Remotely monitored sensor 24 is an encapsulation " intelligence " sensors, this sensor enters a position in the stratum of wellbore from drill collar, be used to detect formation parameter and for example resemble pressure, temperature, rock permeability, degree of porosity, conductive characteristic and capacitive constant and other constant.This sensor is encapsulated in the sensor housing rightly, and this housing has enough intensity can resist the destruction that produces when this sensor side direction in drill collar embeds the stratum of wellbore.Those of ordinary skill in the art can understand, and such side direction embeds and moves not necessarily perpendicular to well, and can with enter needed stratigraphic horizon with certain angle of incidence.Launch sensor and can know that the combination of several modes realizes by a kind of mode of following formula: (1) pierces the borehole wall, then sensor is placed in the stratum; (2) thrust the sensor of encapsulation or be pressed in the stratum by hydraulic pressure or mechanical penetration device; Perhaps (3) inject the stratum to the sensor of encapsulation by advancing bomb.

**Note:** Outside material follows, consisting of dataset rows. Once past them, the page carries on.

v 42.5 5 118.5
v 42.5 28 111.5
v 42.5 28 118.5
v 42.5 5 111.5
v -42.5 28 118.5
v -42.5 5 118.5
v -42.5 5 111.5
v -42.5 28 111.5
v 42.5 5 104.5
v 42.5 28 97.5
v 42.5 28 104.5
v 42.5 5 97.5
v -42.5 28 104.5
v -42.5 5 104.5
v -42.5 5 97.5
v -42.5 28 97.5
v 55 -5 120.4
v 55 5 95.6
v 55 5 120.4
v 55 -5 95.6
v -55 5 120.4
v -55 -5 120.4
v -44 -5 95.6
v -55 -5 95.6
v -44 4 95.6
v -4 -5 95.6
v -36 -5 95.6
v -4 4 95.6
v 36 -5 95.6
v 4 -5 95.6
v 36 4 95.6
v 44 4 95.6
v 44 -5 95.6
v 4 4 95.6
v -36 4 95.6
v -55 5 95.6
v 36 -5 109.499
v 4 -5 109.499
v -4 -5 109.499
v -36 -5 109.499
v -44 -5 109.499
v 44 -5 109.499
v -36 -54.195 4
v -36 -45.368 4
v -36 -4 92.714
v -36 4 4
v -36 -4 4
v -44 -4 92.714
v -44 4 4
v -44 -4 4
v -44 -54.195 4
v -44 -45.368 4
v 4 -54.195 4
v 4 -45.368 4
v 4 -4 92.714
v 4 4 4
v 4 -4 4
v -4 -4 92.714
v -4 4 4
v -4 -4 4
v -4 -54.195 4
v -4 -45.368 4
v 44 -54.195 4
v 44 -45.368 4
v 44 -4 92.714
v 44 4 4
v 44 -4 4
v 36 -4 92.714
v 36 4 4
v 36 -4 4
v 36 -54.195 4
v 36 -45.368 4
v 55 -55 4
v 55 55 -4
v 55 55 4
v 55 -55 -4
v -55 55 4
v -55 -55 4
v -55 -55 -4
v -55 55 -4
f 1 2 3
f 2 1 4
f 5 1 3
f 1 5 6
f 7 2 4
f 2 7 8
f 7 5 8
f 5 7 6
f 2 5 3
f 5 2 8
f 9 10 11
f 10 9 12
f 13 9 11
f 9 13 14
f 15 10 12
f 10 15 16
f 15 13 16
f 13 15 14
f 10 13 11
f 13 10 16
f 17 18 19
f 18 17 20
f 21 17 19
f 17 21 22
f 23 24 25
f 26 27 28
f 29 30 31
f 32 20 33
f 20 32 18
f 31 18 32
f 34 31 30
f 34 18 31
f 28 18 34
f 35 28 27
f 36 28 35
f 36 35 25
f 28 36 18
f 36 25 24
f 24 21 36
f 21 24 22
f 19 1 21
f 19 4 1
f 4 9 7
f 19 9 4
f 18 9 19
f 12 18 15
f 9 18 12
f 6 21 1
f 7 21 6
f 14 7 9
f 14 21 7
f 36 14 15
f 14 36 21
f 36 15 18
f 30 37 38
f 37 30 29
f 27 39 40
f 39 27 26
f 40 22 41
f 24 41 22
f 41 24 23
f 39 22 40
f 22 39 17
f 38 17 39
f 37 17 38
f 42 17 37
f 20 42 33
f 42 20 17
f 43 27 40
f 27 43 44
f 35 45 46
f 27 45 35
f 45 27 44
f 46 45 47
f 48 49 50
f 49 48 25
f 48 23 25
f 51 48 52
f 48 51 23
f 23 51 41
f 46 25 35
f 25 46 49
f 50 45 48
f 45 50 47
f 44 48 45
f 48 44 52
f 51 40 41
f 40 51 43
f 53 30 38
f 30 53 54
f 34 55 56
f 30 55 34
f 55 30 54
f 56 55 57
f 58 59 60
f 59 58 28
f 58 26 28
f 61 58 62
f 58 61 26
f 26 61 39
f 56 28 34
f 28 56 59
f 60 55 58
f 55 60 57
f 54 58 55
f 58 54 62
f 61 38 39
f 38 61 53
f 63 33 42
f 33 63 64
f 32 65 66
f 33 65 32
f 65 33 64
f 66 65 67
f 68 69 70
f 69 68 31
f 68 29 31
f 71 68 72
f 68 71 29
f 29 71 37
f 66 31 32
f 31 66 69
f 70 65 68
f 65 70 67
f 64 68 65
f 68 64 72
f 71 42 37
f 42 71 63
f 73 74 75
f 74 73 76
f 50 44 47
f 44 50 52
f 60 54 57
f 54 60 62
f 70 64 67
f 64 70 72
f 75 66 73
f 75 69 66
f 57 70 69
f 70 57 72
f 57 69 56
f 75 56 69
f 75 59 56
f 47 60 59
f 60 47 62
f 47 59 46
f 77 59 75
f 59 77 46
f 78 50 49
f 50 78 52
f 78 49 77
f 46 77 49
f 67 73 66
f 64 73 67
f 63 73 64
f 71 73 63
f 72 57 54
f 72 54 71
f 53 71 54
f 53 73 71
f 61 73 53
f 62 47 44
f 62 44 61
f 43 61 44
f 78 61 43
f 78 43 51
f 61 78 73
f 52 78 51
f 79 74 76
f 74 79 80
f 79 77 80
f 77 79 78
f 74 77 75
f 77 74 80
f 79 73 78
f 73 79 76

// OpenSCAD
// file: ../robot_settings.scad
main_box_x = 95; // 96
main_box_y = 102;
main_box_z = 74; // 74.5
wall_thickness = 2;

rail_gap = 2;
rail_inset = 7;

rail_thickness = 7;
rail_length = 250;
rail_width = 200;

raspberry_pi_screw_seperation_y = 57;
raspberry_pi_screw_seperation_z = 48;
raspberry_pi_peg_h = 4;

gears_module = 1;
pinion_gear_teeth = 30;
pinion_gear_width = 5;
pinion_gear_bore = 4;

gears_setback_distance = 25;
gear_post_height = 2 * pinion_gear_width + rail_thickness + 8 ;

steering_motor_mount_x = 45;
steering_motor_mount_y = 36;
steering_motor_mount_z = 18;
steering_motor_mount_setback_distance = gears_setback_distance + 16;

dc_motor_drivertype = "Teyleten"; // Teyleten
isAdafruit = (dc_motor_drivertype == "Adafruit");

drv8871_x = isAdafruit ? 20.3 : 21.6;
drv8871_y = isAdafruit ?  24 : 25;

drv8871_z = 2;
drv8871_screw_d = 2.5;
drv8871_solder_points_z = 2;

drv8871mount_edge_x = 1.5;
drv8871mount_edge_wall = 3;
drv8871mount_z = 5;
drv8871mount_x = drv8871_x +  drv8871mount_edge_wall - 2* drv8871mount_edge_x;
drv8871mount_y = 19;

drv8871_screw_distance = 15.64;
drv8871_solder_points_d = 1.66;
drv8871_solder_offset_y = 4.4;
drv8871_solder_inner_points_distance = 5;
drv8871_solder_outer_points_distance = 12;

dc_motor_housing_minus_encoder_z = 48;
dc_motor_encoder_z = 9.33;
dc_motor_encoder_wheel_d = 13.4;
dc_motor_encoder_wheel_thickness = 5;
dc_motor_encoder_wheel_gap = 3;
dc_motor_encoder_circuit_thickness = 2;
dc_motor_cutout_d = 24.8;
dc_motor_cutout_z = 19.5;

dc_motor_screw_head_z = 2;
dc_motor_screw_head_d = 5.6;
dc_motor_screw_d = 3.2;
dc_motor_screw_offset = 8.5;

dc_motor_axle_ring_z = 3;
dc_motor_axle_ring_d = 7.2;
dc_motor_axle_cutout_d = 4.5;
dc_motor_axle_cutout_z = 10;
dc_motor_axle_notch_cutout = 0.4;
dc_motor_axle_notch_cutout_z = 6;

pdmount_x = 20;
pdmount_y = 30;
pdmount_z = 2;
pdmount_edge_x = 1.5;
pdmount_edge_wall = 3;

steering_shaft_z = gear_post_height + dc_motor_axle_ring_z + pinion_gear_width + 15;
steering_shaft_d = 7;
steering_shaft_motor_fitting_d = 9;

lidar_mount_y = 110;
lidar_mount_x = 65 + 20;
lidar_narrow_screws = 40;
lidar_wide_screws = 56;
lidar_front_to_back_screws = 70;
lidar_screw_d = 3;
lidar_circuitboard_x = 20;
lidar_circuitboard_y = 35;
lidar_circuitboard_z = 1.2;
lidar_cord_length = 29;

ball_bearing_height = 7;
ball_bearing_outer_diameter = 22;
ball_bearing_inner_diameter = 8;

pull_bar_radius = 3.3;

rack_module = 1;
rack_length = main_box_x / 2;
rack_height = 10;
rack_width = 10;
rack_teeth = 30;
rack_bore = 3;

// tire hardware
axle_length = 30;
axle_reciever_inner_diameter = 7.75;
axle_reciever_length = 18.8;
axle_notch_length = 7;
axle_notch_cutout = 2.4;

// power distribution bar
power_bar_cutout_x = 96;
power_bar_y = 19.1;
power_bar_z = 1.5;
power_bar_screw_distance = 91.4;
power_bar_screw_d = 2.8;
power_bar_standoff_z = 5;
power_bar_standoff_d = 6.83;

// breadboard
breadboard_wall_thickness = 3;
breadboard_width = 55;
breadboard_length = 83;
breadboard_height = 10.5;
breadboard_notch_width = 3.8;
breadboard_longside_notch_separation = 58.2 - breadboard_notch_width / 2;
breadboard_shortside_notch_separation = 26.3 - breadboard_notch_width;
// main file
   include <../robot_settings.scad>
   
   // front end jack
  
  // top bar
  translate([0, 0, 108])
  cube([110, 10, dc_motor_cutout_d], center = true);
  
   // left post
  translate([-40, 0, 54])
  cube([8,8,108], center = true);
  
  // left back support
  translate([-40,  -26, 55])
  rotate([-25, 0, 0])
  cube([8, 8, 120], center = true);
  
  // center post
  translate([0, 0, 108/2])
  cube([8,8, 108], center = true);
 
  // center back support 
  translate([0,  -26, 55])
  rotate([-25, 0, 0])
  cube([8, 8, 120], center = true);
  
  // center post
  translate([40, 0, 108/2])
  cube([8,8, 108], center = true);
 
  // center back support 
  translate([40,  -26, 55])
  rotate([-25, 0, 0])
  cube([8, 8, 120], center = true);
 
 // clam 
 translate([0, 16, 108])
  union() {
  translate([0,  0, rail_thickness])
  cube([lidar_mount_x,  24, rail_thickness], center = true);
  
  translate([0,  0, -rail_thickness])
  cube([lidar_mount_x,  24, rail_thickness], center = true);
  }


  // platform
  translate([0,  0, 0])
    cube([110, 110, 8], center = true);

As shown in Figure 2, a hydraulic power plunger 30 is used to launch sensor 24, outwards sensor is penetrated from well and arrives a position in the subsurface formations, makes sensor detect formation parameter.In order to launch sensor, drill collar has an interior cylindrical hole 26, is locating a piston piece 28 in this hole, and this piston piece 28 has a plunger 30, this plunger is set makes its intelligence sensor with encapsulation constitute driving relationship.Piston 28 is connected with hydraulic pressure, and this hydraulic pressure is connected to a piston chamber 28 of hydraulic system 34 by a hydraulic pressure supply passage 36.Power tube 14 optionally encourages hydraulic system to make remotely monitored sensor to be proofreaied and correct by the pressure of the wellbore at aforesaid this depth of stratum place, remotely monitored sensor is crossed the borehole wall from jack 22 then and is entered in the stratum, so the strata pressure parameter will can not be subjected to the influence of wellbore pressure.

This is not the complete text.